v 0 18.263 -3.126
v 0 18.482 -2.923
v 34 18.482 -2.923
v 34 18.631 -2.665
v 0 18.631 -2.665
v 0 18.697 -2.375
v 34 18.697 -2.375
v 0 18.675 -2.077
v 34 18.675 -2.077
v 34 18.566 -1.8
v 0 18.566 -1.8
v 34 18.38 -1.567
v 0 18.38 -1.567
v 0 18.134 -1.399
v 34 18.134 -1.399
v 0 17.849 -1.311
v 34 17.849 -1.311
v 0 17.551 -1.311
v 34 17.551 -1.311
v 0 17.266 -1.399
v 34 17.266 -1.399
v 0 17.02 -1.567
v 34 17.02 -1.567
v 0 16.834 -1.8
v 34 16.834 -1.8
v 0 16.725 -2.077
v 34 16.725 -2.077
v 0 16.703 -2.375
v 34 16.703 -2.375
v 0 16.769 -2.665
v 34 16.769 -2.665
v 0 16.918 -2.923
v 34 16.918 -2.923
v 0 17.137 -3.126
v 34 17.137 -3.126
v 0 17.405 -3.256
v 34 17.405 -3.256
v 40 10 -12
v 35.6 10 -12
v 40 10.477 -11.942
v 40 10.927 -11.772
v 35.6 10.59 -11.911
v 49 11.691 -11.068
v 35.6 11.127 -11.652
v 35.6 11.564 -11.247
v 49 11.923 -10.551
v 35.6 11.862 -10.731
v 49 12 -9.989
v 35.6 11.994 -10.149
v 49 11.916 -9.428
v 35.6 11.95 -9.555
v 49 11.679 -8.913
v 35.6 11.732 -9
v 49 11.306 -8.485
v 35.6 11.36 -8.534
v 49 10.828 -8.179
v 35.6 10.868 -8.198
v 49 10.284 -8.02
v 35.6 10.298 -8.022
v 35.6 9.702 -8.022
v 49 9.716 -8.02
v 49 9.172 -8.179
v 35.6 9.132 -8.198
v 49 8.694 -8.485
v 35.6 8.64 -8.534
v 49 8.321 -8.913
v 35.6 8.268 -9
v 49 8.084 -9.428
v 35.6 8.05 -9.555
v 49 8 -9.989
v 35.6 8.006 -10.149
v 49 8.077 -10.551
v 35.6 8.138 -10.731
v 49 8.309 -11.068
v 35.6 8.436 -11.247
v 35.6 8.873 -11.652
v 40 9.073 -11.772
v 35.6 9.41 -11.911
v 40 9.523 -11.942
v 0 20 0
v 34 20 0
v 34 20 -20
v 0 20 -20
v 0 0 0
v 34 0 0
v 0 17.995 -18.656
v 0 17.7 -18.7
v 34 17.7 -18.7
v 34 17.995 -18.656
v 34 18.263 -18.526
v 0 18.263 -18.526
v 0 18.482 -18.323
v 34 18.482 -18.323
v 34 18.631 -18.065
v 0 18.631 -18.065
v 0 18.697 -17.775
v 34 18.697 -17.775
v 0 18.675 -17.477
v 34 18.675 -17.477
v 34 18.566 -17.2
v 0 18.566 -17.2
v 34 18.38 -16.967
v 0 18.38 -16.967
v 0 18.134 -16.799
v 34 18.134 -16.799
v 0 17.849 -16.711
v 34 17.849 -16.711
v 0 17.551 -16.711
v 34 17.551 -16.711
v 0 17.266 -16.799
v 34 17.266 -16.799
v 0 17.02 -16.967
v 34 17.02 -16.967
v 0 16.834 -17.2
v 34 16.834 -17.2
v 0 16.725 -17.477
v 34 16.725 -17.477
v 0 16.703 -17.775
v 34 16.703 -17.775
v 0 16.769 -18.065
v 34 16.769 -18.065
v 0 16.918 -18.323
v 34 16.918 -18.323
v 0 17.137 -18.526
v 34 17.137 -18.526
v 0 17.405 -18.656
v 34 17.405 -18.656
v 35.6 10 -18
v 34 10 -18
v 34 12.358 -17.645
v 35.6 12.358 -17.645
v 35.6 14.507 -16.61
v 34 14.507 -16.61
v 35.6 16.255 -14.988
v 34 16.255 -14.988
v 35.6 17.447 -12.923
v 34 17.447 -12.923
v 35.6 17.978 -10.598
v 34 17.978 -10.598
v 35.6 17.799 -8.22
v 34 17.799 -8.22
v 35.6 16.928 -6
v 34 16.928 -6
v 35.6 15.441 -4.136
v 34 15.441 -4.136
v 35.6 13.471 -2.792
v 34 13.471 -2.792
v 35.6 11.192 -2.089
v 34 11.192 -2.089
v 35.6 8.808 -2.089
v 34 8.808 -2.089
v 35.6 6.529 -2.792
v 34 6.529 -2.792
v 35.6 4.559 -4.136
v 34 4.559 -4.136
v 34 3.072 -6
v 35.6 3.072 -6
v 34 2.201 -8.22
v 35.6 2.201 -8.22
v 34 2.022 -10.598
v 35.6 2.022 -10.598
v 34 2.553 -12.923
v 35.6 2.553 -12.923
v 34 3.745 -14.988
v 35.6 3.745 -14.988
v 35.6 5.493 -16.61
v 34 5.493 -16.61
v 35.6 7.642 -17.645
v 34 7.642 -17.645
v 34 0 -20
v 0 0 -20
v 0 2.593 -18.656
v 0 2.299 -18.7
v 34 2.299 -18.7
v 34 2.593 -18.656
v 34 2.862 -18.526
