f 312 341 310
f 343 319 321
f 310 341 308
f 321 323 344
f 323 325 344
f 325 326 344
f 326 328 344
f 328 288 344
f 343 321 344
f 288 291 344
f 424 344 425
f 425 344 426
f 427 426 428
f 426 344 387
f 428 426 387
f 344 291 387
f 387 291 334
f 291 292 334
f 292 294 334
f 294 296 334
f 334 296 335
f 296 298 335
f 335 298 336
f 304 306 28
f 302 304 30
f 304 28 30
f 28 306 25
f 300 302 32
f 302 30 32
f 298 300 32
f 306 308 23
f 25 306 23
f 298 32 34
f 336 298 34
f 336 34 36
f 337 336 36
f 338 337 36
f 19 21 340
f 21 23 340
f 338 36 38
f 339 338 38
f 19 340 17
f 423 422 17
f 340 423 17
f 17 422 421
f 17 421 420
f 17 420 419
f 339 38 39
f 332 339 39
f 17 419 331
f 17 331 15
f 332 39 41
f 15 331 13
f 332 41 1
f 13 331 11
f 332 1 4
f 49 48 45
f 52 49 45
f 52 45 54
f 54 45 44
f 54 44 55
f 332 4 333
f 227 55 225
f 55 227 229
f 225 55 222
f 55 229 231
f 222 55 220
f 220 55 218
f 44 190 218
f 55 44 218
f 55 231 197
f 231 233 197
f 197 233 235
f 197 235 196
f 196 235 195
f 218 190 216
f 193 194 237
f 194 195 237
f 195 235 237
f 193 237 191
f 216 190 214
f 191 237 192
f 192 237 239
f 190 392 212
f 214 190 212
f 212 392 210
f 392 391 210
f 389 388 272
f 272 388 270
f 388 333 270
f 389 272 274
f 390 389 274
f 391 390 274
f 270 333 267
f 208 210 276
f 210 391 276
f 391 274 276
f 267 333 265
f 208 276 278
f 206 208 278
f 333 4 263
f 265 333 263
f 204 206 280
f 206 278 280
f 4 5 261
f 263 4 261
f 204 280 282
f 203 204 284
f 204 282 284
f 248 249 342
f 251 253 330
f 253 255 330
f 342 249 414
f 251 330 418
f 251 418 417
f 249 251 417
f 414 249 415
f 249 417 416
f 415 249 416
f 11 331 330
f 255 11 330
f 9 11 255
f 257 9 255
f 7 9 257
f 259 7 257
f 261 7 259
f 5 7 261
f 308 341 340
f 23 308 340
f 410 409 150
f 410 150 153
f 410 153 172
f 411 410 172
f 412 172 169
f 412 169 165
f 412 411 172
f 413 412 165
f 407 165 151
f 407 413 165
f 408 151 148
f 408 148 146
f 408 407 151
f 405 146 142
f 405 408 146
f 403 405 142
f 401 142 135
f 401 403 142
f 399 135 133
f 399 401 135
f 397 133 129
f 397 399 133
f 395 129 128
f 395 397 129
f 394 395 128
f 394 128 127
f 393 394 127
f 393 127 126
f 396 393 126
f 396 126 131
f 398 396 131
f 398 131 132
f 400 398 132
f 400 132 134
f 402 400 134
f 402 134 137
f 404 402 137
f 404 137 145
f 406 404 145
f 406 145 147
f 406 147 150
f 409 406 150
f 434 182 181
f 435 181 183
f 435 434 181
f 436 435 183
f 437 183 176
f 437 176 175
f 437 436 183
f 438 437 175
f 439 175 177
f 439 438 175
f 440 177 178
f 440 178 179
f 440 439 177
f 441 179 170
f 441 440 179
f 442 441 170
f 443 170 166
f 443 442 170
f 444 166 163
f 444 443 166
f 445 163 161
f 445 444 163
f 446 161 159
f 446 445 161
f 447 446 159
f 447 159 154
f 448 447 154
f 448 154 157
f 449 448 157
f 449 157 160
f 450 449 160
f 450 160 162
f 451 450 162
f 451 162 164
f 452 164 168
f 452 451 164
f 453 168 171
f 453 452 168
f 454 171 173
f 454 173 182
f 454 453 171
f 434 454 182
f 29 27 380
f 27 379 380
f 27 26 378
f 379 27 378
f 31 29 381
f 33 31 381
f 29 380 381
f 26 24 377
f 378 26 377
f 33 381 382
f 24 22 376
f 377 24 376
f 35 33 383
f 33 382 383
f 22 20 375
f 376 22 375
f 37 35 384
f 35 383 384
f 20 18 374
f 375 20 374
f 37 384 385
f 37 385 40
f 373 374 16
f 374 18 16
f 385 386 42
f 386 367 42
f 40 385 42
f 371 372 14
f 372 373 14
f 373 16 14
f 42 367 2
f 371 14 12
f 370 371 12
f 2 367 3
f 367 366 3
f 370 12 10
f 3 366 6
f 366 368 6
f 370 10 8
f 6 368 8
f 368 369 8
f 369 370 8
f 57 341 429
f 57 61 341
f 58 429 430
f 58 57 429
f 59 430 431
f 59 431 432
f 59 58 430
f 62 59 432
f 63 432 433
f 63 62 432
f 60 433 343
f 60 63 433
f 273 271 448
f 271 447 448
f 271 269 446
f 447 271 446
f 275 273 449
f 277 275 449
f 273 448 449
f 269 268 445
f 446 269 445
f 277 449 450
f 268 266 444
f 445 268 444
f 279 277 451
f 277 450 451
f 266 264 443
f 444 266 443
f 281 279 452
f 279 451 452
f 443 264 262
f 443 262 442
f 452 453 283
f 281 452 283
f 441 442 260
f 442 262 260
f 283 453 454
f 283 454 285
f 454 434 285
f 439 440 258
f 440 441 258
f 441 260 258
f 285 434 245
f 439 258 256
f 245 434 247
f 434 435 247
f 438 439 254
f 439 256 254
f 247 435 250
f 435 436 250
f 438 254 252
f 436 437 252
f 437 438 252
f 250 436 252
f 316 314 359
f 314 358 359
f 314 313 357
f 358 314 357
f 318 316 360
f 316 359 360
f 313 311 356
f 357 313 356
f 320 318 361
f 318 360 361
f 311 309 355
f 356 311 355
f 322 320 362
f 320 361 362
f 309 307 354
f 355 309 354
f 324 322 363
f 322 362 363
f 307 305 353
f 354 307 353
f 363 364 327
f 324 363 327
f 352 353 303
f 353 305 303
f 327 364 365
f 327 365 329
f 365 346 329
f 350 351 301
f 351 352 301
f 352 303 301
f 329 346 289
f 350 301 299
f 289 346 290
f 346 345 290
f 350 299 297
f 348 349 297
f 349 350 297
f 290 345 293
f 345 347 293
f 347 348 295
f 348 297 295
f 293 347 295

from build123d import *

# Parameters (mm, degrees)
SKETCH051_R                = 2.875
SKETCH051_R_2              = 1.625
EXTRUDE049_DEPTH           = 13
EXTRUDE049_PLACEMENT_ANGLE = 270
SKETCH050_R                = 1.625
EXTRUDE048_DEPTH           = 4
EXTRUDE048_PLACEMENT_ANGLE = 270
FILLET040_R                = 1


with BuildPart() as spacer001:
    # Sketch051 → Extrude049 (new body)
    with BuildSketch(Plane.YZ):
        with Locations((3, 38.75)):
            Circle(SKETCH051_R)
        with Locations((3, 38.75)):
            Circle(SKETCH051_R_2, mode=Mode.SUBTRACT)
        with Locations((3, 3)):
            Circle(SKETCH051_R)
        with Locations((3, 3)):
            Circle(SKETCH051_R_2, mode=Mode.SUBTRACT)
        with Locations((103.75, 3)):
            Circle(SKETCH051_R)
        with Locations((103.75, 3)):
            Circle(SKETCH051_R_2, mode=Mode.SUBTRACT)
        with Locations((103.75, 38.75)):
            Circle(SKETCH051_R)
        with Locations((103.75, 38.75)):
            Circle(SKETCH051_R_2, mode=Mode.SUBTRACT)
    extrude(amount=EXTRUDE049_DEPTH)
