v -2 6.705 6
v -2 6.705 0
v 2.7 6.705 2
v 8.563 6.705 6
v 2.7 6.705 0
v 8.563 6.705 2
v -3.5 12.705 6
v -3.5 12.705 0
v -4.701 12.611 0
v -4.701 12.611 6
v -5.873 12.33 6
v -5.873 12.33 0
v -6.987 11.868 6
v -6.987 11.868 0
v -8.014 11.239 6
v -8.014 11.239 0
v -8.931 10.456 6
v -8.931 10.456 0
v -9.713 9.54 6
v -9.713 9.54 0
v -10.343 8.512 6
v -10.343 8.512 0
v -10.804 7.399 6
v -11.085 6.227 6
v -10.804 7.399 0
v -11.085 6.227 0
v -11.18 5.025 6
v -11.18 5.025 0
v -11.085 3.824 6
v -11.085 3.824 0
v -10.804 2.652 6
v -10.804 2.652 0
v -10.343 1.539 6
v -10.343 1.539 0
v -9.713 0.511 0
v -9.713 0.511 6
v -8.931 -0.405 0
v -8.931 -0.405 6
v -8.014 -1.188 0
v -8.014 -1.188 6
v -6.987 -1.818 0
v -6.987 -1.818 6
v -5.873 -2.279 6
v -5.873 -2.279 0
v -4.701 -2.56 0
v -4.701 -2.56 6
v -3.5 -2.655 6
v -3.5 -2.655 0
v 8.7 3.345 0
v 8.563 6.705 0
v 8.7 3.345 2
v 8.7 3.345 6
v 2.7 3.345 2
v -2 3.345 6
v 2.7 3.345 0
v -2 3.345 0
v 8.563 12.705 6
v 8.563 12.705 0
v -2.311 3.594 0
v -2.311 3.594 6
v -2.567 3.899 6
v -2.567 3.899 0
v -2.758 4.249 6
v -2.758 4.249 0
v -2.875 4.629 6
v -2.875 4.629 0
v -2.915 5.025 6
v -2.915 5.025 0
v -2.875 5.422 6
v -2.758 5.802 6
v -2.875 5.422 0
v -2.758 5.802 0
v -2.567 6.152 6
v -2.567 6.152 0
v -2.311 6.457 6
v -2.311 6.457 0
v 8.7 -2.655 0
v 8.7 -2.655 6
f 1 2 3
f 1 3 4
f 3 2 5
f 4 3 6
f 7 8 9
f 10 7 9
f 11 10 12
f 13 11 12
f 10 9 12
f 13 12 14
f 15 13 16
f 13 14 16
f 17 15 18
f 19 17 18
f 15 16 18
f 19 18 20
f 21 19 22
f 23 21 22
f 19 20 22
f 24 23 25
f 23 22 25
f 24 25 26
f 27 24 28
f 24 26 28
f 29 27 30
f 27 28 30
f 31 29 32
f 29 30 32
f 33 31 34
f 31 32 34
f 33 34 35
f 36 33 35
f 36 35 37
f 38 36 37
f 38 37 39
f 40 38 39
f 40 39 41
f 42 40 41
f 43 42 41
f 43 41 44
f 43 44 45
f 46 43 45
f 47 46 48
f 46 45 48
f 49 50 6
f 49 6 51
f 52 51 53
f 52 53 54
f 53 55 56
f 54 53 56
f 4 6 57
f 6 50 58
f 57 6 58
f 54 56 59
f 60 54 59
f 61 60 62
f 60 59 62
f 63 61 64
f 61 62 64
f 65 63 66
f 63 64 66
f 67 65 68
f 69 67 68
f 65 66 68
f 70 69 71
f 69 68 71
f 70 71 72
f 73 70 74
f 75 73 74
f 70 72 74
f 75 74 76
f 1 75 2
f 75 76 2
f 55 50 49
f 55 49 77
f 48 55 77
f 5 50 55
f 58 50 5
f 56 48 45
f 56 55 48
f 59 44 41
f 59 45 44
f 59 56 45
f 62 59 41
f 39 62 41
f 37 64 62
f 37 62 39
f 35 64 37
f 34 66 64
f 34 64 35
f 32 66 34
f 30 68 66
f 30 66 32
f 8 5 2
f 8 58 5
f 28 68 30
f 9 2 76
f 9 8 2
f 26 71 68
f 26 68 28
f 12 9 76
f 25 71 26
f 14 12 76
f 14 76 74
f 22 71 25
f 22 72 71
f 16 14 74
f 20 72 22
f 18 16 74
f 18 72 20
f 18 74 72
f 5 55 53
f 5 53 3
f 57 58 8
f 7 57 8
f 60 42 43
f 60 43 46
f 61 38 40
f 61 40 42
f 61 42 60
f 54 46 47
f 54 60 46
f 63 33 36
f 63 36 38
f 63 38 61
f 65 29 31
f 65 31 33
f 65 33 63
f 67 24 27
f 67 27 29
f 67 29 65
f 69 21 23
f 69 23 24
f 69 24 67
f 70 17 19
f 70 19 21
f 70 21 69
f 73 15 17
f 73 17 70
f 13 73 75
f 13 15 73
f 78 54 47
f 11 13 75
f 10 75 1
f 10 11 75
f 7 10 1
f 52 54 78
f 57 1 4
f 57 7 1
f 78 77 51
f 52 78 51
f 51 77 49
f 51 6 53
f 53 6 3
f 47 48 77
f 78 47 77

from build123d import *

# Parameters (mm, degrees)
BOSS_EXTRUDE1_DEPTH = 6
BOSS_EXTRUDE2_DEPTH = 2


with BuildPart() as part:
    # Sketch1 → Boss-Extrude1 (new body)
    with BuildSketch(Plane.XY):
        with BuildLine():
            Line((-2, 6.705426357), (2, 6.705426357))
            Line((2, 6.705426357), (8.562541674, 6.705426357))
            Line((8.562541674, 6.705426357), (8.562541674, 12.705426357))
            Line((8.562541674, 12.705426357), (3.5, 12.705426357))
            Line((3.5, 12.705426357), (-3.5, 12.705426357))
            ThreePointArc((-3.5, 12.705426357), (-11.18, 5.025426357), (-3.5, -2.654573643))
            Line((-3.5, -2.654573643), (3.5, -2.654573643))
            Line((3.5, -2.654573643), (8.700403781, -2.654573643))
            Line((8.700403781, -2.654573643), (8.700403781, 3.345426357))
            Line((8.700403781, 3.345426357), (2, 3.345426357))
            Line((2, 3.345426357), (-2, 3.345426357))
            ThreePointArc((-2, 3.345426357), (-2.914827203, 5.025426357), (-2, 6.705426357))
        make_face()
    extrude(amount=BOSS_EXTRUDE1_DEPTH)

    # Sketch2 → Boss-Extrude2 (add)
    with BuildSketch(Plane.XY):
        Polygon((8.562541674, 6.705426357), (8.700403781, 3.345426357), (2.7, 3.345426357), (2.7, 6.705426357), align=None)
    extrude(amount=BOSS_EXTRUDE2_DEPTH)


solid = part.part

····················

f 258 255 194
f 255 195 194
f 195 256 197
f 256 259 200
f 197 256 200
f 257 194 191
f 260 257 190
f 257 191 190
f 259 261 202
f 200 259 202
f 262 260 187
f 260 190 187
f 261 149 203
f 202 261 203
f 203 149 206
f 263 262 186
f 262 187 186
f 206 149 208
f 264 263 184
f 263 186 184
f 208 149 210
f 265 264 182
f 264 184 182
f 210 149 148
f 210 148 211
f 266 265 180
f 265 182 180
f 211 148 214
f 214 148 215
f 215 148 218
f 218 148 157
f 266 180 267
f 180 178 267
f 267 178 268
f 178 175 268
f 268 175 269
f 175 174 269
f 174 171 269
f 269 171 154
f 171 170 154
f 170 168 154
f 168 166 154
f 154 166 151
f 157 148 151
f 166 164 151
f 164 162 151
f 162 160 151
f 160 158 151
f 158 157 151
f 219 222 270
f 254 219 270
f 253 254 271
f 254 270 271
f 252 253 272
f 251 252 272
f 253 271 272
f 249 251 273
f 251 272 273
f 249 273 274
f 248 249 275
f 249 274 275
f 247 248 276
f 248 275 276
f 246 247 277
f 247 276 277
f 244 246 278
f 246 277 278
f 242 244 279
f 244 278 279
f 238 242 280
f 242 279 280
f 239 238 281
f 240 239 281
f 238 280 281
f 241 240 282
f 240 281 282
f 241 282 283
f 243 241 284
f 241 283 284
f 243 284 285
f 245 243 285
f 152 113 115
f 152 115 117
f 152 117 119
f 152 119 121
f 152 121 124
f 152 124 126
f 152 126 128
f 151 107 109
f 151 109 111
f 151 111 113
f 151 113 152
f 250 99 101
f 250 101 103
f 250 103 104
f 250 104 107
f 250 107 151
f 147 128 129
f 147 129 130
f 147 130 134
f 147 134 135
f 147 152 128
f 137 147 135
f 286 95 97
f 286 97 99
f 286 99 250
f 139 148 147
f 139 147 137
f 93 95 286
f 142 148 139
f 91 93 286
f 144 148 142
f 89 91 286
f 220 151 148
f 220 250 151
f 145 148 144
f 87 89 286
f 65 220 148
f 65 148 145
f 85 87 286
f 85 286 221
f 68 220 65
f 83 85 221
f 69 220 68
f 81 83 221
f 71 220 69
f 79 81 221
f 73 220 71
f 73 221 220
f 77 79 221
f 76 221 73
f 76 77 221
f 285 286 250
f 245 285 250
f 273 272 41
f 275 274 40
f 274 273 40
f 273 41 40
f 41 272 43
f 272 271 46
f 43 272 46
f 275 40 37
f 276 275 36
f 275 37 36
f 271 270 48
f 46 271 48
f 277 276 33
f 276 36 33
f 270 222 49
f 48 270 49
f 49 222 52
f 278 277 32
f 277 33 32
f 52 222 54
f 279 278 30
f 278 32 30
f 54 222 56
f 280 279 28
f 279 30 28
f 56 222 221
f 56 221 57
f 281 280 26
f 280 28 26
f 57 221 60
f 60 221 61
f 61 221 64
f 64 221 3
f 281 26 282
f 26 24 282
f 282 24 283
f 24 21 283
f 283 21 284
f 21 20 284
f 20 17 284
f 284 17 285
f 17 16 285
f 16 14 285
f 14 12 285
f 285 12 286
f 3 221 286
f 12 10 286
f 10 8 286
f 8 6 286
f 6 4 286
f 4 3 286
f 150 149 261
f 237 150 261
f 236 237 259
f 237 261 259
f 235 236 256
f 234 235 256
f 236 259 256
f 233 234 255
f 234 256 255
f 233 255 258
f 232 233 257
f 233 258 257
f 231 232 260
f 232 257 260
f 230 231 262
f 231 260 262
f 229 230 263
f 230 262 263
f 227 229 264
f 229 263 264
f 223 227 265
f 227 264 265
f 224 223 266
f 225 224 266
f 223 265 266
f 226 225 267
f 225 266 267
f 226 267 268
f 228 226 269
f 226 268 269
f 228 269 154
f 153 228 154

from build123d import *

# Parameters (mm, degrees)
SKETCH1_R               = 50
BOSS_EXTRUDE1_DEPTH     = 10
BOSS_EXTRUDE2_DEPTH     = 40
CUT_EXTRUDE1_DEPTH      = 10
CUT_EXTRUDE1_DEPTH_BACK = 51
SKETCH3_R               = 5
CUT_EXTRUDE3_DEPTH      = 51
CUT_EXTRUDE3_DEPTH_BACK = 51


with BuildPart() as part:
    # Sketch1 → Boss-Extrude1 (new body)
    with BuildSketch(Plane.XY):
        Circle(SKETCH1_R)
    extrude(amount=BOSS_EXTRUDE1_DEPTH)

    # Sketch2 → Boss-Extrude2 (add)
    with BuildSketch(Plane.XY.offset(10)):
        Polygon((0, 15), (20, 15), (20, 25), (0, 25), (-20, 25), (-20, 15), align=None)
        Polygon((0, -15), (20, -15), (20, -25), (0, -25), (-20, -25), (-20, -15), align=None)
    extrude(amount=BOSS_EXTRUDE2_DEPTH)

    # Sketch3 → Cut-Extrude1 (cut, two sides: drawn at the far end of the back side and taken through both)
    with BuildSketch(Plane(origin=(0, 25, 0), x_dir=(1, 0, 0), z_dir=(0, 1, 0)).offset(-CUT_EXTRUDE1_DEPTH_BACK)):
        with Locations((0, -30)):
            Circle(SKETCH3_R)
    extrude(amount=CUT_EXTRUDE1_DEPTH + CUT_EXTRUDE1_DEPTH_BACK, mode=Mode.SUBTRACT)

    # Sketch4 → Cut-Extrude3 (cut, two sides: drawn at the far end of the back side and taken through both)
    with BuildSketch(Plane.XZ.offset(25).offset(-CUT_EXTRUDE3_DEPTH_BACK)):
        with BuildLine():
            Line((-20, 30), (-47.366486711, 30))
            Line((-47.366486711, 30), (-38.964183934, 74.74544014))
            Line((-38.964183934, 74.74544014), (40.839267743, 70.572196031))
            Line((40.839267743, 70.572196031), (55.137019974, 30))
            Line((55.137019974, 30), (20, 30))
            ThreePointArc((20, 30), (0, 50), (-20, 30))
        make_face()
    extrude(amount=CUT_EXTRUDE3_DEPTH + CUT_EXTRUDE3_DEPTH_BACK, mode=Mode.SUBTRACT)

····················

REQUIRED WORK:
All lines in the data that contain the word "sides" should be copied.

TASK RESULT:
    # Sketch3 → Cut-Extrude1 (cut, two sides: drawn at the far end of the back side and taken through both)
    # Sketch4 → Cut-Extrude3 (cut, two sides: drawn at the far end of the back side and taken through both)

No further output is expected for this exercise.